KI in der Cloud: Wie Sie ML-Modelle mit Azure Databricks einfach produktiv setzen
Machine-Learning(ML)-Modelle bilden bekanntlich die Basis für ganz unterschiedliche Lösungen der Künstlichen Intelligenz (KI). Im Rahmen von Machbarkeitsstudien können Unternehmen solche Modelle gezielt entwickeln. Damit allein ist es allerdings nicht getan. Ein konkreter Nutzen entsteht erst, wenn das Modell produktiv gesetzt wird. Und genau dieser Schritt stellt bislang für viele Unternehmen eine scheinbar unüberwindbare Hürde dar, da die Implementierung in die Unternehmensprozesse viel aufwendiger als gedacht ist und nach speziellen Kenntnissen verlangt.
Daher wird in diesem Beitrag ein Ansatz in der Microsoft Azure Cloud mit dem Databricks Service gezeigt. Hier finden sich relativ einfache Möglichkeiten zur Produktivsetzung von ML-Modellen. Im Folgenden möchte ich darauf genauer eingehen.

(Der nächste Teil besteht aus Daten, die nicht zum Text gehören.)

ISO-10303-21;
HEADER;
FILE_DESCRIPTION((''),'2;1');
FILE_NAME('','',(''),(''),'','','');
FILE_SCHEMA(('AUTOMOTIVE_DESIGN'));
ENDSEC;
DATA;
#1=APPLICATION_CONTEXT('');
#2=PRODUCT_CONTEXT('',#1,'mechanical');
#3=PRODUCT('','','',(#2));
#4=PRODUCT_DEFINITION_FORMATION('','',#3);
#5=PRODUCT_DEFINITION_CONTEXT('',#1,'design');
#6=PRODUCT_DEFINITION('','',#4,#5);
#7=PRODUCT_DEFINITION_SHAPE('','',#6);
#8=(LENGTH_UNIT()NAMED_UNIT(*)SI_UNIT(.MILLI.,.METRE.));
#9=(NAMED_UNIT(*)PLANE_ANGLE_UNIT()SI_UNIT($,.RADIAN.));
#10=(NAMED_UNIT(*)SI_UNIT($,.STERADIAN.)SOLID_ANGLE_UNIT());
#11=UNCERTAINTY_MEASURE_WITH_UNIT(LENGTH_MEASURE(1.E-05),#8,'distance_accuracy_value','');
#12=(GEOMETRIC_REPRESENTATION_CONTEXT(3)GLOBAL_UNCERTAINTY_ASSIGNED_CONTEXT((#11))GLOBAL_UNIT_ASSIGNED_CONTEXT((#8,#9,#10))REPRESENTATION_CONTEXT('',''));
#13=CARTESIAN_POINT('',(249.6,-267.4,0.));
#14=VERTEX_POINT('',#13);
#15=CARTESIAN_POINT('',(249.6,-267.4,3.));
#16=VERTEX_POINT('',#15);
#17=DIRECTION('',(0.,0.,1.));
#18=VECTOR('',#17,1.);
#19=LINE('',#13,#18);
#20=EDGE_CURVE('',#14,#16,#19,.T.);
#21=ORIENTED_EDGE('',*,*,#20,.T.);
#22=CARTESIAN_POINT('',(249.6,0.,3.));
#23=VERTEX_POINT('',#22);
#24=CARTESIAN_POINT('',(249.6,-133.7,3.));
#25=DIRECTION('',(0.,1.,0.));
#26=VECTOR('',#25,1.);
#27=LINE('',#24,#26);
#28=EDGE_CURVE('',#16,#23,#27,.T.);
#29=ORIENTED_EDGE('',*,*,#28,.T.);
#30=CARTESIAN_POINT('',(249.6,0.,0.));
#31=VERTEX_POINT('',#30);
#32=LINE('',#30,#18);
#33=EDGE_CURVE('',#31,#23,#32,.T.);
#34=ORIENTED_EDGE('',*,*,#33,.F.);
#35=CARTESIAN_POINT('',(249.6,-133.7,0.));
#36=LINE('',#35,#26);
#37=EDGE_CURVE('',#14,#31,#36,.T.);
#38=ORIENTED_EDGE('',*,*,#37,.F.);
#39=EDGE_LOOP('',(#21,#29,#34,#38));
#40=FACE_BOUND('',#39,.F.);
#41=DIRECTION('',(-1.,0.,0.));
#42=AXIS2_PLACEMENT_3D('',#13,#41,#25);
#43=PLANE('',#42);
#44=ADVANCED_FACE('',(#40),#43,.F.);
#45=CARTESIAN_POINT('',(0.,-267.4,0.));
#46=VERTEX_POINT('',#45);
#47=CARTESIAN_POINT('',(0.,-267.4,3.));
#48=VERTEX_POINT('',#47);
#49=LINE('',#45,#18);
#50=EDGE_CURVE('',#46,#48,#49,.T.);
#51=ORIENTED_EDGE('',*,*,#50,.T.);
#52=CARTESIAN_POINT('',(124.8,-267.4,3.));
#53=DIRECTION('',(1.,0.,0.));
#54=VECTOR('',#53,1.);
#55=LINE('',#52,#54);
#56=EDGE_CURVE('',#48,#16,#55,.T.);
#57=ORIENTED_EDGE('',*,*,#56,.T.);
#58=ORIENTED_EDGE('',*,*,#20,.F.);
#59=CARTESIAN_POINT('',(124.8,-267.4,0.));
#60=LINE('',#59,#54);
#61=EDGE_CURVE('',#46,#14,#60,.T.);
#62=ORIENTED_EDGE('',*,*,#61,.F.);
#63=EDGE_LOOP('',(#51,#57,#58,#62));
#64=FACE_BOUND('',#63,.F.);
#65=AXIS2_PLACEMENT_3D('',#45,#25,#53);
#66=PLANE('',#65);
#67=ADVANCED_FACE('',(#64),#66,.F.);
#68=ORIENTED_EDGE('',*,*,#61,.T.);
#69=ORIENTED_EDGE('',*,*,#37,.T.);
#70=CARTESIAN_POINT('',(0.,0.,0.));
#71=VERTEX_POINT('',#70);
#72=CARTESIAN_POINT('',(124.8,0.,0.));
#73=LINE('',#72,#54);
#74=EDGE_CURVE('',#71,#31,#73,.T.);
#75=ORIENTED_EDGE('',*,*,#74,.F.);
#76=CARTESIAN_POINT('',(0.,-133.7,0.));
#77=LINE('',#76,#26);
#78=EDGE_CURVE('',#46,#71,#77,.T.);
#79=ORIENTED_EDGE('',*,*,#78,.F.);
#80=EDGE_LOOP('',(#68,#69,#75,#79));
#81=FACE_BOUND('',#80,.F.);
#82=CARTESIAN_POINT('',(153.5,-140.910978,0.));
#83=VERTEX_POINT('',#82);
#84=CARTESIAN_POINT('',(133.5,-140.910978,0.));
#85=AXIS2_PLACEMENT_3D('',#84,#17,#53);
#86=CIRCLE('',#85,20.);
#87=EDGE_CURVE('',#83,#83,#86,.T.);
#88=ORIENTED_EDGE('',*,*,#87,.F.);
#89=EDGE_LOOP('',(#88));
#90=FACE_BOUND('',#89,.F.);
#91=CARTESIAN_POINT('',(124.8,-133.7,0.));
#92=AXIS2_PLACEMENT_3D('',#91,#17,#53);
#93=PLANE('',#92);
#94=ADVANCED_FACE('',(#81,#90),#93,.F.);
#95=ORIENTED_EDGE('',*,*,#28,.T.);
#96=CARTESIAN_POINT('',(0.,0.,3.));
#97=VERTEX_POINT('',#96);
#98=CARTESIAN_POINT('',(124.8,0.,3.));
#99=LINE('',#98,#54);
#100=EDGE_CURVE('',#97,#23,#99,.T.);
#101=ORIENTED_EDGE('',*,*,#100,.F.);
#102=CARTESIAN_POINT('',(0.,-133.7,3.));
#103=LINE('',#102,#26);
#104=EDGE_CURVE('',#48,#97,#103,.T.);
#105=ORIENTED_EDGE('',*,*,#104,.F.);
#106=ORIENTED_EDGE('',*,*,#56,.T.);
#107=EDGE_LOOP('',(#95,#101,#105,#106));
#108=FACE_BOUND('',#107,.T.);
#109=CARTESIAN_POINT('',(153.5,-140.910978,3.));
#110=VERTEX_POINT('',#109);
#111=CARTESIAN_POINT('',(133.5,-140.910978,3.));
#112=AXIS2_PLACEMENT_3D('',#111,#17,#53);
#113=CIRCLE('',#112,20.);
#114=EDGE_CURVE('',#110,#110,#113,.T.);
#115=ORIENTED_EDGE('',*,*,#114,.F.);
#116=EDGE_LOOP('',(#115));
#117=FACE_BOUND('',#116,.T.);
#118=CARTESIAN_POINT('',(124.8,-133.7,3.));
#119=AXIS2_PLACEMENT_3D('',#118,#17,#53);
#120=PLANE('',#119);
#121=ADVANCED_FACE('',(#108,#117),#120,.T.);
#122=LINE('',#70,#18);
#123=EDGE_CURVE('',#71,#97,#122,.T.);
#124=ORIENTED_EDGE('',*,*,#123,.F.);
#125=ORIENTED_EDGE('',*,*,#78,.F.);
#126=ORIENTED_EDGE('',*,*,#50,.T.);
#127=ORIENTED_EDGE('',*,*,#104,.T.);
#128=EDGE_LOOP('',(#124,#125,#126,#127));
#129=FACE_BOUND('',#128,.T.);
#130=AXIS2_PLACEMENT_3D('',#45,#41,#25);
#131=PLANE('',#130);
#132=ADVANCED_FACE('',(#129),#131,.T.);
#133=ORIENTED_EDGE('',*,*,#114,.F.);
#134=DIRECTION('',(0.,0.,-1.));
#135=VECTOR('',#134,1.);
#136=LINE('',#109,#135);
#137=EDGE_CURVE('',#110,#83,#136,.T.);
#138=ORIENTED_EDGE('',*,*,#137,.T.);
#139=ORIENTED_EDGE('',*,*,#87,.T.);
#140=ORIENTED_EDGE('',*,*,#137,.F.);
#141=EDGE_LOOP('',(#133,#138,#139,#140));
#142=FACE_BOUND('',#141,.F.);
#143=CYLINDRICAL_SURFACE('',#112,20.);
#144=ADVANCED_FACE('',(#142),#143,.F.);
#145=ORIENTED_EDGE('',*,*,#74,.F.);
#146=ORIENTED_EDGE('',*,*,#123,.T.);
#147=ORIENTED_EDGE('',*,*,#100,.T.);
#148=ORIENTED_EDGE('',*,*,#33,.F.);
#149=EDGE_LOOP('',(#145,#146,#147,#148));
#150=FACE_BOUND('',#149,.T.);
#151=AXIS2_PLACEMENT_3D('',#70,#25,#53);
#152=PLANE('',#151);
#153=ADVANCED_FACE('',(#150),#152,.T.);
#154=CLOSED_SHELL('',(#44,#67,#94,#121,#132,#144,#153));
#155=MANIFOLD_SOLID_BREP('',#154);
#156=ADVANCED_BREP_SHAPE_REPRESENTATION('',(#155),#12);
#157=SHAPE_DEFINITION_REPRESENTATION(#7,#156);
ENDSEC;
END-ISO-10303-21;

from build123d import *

# Parameters (mm, degrees)
SKETCH1_W           = 249.6
SKETCH1_H           = 267.4
BOSS_EXTRUDE1_DEPTH = 3
SKETCH2_R           = 20
CUT_EXTRUDE1_DEPTH  = 4


with BuildPart() as part:
    # Sketch1 → Boss-Extrude1 (new body)
    with BuildSketch(Plane.XY):
        with Locations((124.8, -133.7)):
            Rectangle(SKETCH1_W, SKETCH1_H)
    extrude(amount=BOSS_EXTRUDE1_DEPTH)

    # Sketch2 → Cut-Extrude1 (cut, through all)
    with BuildSketch(Plane.XY.offset(3)):
        with Locations((133.5, -140.910978413)):
            Circle(SKETCH2_R)
    extrude(amount=-CUT_EXTRUDE1_DEPTH, mode=Mode.SUBTRACT)


solid = part.part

Kurz vorweg: Was ist Azure Databricks?
Bei Databricks handelt es sich zunächst um eine auf Apache Spark basierende Datenverarbeitungsplattform, die auch über Microsoft Azure als Service bereitgestellt wird. Dieser Service ist grundsätzlich auf ein einfaches Handling durch den Nutzer ausgelegt. Arbeitsbereiche sind in nur wenigen Schritten voll funktionsfähig eingerichtet und für die interaktive Zusammenarbeit zwischen Big Data Engineers und Data Scientisten ausgelegt. Ebenso werden Datenstreaming bzw. die Verarbeitung und Analyse von Echtzeitdaten ermöglicht. Dazu lässt sich Azure Databricks problemlos mit anderen Services aus der Microsoft Cloud kombinieren. Mehr zu den Funktionen des Dienstes finden sich im Beitrag über die 5 wichtigste Fragen zu Databricks. Wir konzentrieren uns nun auf die Möglichkeiten, die Databricks bei der Produktivsetzung von ML-Modellen bietet.
Produktivsetzung mit Databricks
Grundsätzlich soll ein produktives ML-Modell zwei Anforderungen voll automatisiert erfüllen: Einerseits gilt es, die eigentliche Kernaufgabe zu bewältigen, wobei es sich im Regelfall um eine Form der Prognose handelt. Andererseits muss sich das Modell in gewissen zeitlichen Abständen neu trainieren, um kontinuierliche Verbesserungen oder eine Anpassung an neue Gegebenheiten zu ermöglichen. Diese Aufgaben werden somit getrennt voneinander betrachtet. Entsprechend erstellen wir zunächst ein Produktivskript sowie ein Trainingsskript (Abb. 1).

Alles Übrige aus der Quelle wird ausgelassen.